Area graph depicting the number of people sleeping in NYC shelters each night between 1983 and February 2019. Red arrow indicates 63,615 individuals sleeping in shelter in February 2019
Chart 2
Area graph depicting the number of single adults sleeping in NYC shelters each night between 1983 and 2018. Red arrow indicates 18,212 single adults sleeping in shelter in February 2019
Chart 3
Stacked bar graph showing the unduplicated number of individuals utilizing shelters per year between fiscal years 2002 and 2018 – single adults vs. families
Chart 4

HOMELESSNESS POLICY REPORT CARD 2019

Image of Homelessness Policy Report Card

HOUSING AND PREVENTION

HOUSING PRODUCTION AND SUPPLY

City: F

The staggering scale of mass homelessness in New York City, which has repeatedly reached new all-time records on Mayor de Blasio’s watch, is a direct result of an extreme shortage of housing affordable to low-income New Yorkers. Between 1996 and 2017, New York City lost more than 1.1 million apartments renting for less than $800 per month[1],  and the city is currently facing a deficit of more than 500,000 apartments needed in that price range, given the number of low-income households[2].

Mayor de Blasio has made one of his signature policy goals the creation and preservation of 300,000 units of affordable housing by 2026, as outlined in his Housing New York 2.0 plan. However, he has designated only 15,000 of these apartments for homeless households – a paltry 5 percent of his plan. Moreover, just 6,000 of those 15,000 units would be created through new construction and available for homeless households to move into in the near future. Furthermore, many of the 6,000 new apartments are already counted toward the Mayor’s separate goal of creating 15,000 units of supportive housing for homeless New Yorkers needing onsite support services, meaning that the housing supply for the majority of homeless New Yorkers who are not in need of supportive housing will barely expand. The remaining 9,000 apartments the Mayor has committed to set aside for homeless New Yorkers under Housing New York 2.0 are existing apartments slated to be preserved as affordable for tenants already in place. Preserved housing does not enable a homeless person to leave a shelter and move into an apartment until the current tenant moves out, and has a vacancy rate of only about 3 percent per year[3].

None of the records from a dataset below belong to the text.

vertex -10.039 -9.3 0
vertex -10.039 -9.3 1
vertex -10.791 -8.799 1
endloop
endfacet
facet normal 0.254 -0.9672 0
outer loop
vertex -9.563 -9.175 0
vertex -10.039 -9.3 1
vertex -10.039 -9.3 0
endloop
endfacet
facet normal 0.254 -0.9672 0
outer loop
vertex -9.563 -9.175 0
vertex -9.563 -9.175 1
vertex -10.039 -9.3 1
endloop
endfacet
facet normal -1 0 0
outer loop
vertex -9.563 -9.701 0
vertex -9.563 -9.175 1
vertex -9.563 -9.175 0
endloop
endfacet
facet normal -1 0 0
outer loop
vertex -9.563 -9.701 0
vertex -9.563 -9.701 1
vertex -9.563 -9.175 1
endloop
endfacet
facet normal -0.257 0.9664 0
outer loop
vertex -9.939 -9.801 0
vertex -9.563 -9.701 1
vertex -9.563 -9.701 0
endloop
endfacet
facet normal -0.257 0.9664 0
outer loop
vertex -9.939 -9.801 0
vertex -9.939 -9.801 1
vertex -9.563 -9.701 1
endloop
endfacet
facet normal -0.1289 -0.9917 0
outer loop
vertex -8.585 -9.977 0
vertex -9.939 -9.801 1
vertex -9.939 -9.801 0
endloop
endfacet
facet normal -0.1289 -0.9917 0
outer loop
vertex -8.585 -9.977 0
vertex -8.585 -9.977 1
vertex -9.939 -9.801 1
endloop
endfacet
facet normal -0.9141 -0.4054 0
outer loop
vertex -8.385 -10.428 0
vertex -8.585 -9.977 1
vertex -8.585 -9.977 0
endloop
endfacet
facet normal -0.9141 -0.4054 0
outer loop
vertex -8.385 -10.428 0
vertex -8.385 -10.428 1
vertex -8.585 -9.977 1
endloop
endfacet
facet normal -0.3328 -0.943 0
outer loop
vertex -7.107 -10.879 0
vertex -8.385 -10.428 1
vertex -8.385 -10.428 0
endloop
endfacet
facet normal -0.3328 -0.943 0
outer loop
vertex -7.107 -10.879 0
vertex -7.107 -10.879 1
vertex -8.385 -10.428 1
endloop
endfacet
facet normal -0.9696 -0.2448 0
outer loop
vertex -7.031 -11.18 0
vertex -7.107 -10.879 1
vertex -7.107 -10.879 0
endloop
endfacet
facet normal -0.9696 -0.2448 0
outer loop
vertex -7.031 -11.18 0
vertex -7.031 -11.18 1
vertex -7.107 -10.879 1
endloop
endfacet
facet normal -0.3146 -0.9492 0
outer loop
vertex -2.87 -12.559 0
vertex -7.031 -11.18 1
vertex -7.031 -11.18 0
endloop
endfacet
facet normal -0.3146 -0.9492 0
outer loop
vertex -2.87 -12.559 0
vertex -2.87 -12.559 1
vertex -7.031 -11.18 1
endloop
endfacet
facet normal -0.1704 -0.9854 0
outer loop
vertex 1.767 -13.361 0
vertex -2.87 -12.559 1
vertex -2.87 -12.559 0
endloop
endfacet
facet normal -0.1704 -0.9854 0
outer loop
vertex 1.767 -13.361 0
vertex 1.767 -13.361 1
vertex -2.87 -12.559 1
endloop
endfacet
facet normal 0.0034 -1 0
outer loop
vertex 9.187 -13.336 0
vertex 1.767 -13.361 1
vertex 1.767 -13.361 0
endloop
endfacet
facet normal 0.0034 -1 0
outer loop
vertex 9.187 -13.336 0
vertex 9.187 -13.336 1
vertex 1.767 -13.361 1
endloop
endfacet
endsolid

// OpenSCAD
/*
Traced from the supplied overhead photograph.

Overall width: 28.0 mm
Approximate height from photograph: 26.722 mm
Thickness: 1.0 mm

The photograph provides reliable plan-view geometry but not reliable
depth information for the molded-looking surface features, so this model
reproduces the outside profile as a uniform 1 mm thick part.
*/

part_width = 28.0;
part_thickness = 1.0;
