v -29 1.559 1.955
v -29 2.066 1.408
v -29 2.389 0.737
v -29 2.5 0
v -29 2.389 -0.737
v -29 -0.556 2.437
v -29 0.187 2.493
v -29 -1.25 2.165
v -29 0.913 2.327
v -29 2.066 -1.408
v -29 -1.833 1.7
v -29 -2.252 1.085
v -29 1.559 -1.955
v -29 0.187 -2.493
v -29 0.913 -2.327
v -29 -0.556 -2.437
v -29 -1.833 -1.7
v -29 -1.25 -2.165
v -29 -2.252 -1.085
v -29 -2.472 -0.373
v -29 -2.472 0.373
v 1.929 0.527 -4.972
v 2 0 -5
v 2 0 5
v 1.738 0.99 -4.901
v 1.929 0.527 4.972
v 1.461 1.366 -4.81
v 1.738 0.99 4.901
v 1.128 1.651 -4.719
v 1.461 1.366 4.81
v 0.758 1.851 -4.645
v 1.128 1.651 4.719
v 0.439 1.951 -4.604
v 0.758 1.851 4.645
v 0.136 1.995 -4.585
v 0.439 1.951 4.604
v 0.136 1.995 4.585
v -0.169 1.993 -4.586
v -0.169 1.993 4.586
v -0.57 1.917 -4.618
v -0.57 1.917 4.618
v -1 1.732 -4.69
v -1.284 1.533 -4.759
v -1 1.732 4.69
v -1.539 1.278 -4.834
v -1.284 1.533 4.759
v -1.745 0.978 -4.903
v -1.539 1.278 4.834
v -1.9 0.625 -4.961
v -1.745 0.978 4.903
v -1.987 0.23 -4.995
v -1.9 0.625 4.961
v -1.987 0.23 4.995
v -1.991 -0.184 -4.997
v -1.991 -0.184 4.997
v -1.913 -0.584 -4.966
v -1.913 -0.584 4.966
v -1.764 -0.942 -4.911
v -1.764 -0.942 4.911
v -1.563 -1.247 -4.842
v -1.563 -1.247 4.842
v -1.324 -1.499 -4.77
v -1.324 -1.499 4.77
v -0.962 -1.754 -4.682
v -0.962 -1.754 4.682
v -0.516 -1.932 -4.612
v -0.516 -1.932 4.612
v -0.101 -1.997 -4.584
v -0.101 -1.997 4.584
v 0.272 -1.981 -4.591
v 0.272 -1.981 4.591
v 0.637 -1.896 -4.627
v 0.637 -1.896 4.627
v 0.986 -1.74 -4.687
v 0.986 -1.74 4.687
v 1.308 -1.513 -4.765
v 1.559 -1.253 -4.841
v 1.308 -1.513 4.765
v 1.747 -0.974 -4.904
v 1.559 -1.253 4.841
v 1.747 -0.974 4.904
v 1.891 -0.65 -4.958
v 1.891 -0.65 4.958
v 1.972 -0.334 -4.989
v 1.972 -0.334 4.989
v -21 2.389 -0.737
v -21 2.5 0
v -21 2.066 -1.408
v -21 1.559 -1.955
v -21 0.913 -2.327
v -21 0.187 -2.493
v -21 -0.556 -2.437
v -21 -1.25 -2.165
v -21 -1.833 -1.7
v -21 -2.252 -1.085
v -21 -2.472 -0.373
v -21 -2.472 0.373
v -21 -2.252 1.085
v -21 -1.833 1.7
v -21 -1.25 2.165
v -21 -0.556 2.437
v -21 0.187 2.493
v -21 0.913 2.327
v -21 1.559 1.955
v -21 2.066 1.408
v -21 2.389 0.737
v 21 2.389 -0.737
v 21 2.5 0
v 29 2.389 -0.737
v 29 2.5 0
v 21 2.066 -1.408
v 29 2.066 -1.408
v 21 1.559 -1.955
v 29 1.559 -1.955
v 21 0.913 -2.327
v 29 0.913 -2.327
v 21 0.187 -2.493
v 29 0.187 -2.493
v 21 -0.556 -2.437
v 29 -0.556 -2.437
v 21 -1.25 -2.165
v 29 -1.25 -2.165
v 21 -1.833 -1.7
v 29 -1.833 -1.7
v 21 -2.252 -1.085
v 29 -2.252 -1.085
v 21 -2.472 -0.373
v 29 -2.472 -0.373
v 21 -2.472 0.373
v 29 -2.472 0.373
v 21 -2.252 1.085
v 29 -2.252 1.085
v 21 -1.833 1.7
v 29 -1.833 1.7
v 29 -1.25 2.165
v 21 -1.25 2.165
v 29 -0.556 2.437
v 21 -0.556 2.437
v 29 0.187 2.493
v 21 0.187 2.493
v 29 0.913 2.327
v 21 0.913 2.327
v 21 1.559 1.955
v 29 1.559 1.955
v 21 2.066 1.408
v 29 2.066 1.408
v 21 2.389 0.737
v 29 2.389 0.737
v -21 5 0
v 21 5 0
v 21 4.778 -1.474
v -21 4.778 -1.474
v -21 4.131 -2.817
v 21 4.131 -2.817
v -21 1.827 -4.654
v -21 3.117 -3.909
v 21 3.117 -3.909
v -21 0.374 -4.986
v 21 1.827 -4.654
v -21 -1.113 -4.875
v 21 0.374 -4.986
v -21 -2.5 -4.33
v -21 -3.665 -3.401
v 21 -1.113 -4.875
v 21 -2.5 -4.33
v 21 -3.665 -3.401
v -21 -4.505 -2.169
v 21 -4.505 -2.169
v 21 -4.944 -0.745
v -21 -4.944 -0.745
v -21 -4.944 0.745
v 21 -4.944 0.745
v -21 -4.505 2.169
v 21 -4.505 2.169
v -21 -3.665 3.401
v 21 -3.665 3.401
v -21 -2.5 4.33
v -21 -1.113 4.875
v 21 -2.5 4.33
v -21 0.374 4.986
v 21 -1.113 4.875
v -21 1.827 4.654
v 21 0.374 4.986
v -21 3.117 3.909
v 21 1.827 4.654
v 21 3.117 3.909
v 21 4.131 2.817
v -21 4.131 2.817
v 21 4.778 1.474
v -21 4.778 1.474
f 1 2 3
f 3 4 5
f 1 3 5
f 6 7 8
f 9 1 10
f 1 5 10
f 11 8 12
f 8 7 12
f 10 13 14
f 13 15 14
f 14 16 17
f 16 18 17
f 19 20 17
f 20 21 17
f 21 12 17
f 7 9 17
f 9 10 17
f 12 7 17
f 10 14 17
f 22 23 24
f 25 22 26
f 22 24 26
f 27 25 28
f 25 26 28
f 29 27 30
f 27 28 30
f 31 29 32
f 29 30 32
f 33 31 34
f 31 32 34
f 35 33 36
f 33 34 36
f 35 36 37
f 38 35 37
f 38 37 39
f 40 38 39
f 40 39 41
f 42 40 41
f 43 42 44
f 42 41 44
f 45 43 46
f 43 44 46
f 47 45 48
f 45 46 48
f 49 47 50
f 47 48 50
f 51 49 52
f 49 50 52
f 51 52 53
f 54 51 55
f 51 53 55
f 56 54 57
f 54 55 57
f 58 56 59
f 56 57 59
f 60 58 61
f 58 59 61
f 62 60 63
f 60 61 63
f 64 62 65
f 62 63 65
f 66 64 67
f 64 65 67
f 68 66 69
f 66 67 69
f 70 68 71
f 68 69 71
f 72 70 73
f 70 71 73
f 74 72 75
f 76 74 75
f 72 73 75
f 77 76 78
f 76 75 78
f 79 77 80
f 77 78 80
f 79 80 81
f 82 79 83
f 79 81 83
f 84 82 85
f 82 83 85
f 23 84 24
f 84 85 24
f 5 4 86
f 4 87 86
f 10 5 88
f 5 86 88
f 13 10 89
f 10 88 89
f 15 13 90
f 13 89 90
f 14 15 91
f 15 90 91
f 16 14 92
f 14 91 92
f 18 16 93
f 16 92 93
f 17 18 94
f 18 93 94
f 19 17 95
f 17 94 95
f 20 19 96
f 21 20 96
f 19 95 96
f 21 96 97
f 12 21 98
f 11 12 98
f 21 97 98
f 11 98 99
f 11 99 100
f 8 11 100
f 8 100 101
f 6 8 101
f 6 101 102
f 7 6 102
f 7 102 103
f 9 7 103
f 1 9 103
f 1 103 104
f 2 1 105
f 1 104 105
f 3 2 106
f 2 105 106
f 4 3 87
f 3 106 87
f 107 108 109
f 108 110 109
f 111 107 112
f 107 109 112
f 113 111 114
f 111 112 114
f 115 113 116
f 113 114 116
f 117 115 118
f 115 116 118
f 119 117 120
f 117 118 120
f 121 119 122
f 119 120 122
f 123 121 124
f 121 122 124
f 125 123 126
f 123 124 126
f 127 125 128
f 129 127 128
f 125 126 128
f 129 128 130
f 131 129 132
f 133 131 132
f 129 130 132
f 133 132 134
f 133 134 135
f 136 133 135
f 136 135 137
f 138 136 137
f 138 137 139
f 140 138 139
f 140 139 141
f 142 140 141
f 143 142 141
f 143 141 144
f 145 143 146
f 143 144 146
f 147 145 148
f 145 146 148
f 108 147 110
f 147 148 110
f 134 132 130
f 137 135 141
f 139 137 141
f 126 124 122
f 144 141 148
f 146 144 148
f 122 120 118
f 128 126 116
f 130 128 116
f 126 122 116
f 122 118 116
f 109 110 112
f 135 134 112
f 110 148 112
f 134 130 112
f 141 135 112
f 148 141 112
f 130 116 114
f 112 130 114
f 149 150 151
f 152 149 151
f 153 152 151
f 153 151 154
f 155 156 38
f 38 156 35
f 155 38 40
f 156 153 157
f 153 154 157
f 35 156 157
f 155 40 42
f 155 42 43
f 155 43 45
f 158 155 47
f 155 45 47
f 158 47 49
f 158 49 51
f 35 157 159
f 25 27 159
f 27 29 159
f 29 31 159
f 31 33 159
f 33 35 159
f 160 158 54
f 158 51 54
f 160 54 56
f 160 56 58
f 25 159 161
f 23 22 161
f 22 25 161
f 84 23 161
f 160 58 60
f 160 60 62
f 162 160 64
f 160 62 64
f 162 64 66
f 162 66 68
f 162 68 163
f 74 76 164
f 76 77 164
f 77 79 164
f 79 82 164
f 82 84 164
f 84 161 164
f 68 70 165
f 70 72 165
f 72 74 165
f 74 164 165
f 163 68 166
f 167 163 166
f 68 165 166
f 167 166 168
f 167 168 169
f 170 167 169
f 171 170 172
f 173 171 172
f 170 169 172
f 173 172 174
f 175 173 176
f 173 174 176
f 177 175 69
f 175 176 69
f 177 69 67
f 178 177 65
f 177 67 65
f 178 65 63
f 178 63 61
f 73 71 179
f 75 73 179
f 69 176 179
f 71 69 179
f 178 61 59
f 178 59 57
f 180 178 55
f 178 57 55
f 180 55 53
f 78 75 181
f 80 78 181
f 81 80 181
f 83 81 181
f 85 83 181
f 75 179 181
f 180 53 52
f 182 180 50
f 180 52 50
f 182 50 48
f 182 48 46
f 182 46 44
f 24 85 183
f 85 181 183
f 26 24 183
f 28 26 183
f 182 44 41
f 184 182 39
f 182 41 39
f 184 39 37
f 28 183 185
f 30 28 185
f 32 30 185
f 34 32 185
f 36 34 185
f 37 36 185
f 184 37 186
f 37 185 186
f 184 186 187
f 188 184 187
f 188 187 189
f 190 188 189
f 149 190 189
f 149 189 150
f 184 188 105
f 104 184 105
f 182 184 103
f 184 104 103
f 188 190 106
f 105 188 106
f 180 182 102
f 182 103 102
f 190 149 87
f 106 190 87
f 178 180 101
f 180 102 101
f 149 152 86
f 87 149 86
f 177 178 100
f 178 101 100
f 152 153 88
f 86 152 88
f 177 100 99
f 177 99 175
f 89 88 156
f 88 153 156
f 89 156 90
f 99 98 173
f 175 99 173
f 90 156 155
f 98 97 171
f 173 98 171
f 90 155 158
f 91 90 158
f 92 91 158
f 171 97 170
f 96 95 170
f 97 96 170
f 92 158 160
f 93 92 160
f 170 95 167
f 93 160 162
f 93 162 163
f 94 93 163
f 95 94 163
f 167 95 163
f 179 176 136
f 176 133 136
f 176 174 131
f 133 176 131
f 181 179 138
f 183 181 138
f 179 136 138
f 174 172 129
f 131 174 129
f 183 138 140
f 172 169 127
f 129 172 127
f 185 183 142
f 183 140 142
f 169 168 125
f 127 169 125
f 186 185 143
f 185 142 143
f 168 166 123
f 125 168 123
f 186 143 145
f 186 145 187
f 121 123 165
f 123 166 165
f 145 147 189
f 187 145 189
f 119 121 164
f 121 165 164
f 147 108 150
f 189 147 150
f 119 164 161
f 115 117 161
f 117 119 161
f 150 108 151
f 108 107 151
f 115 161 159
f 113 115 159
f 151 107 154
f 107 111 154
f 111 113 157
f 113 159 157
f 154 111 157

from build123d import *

# Parameters (mm, degrees)
SKETCH_3_R          = 2
CUT_EXTRUDE_1_DEPTH = 10


with BuildPart() as part:
    # 草圖1 → 旋轉1 (revolve)
    with BuildSketch(Plane.XY):
        Polygon((-29, 0), (-29, 2.5), (-21, 2.5), (-21, 5), (21, 5), (21, 2.5), (29, 2.5), (29, 0), align=None)
    revolve(axis=Axis((29, 0, 0), (-1, 0, 0)))

    # 草圖3 → 除料-伸長1 (cut, symmetric)
    with BuildSketch(Plane.XY):
        Circle(SKETCH_3_R)
    extrude(amount=CUT_EXTRUDE_1_DEPTH, both=True, mode=Mode.SUBTRACT)


solid = part.part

The Mayor’s meager efforts to provide housing to reduce homelessness in New York City are evident in the embarrassingly trivial role the Department of Housing Preservation and Development (HPD), the City’s main housing production agency, has played in moving New Yorkers out of shelters – especially when compared with other City agencies. Between fiscal years 2015 and 2018, the City’s Department of Social Services (DSS) – an agency tasked primarily with providing public assistance benefits, City-initiated rent subsidies, homelessness prevention, and access to shelters – helped far more New Yorkers move into permanent housing than HPD did, by using City-initiated rent subsidies. In fiscal year 2018, DSS helped more than 8,000 households move out of or avoid using shelters,[4] while HPD – which is responsible for producing and regulating the city’s affordable housing stock – helped only 827 households move out of shelters and into apartments HPD financed or created.

Fewer than 1,700 homeless households moved out of shelters and into HPD-financed apartments between the launch of Mayor de Blasio’s Housing New York plan in 2014 and June 2018, even as the City has touted record levels of affordable housing production.[5] Furthermore, the City has refused since 2015 to increase the number of public housing units made available to homeless families, which hovers between 1,500 and 2,000 placements per year.[6] The City’s two principal housing agencies, HPD and the New York City Housing Authority (NYCHA), placed only 62 more homeless households into permanent housing in 2018 than they did in 2017, despite the enormous and growing scale of the crisis.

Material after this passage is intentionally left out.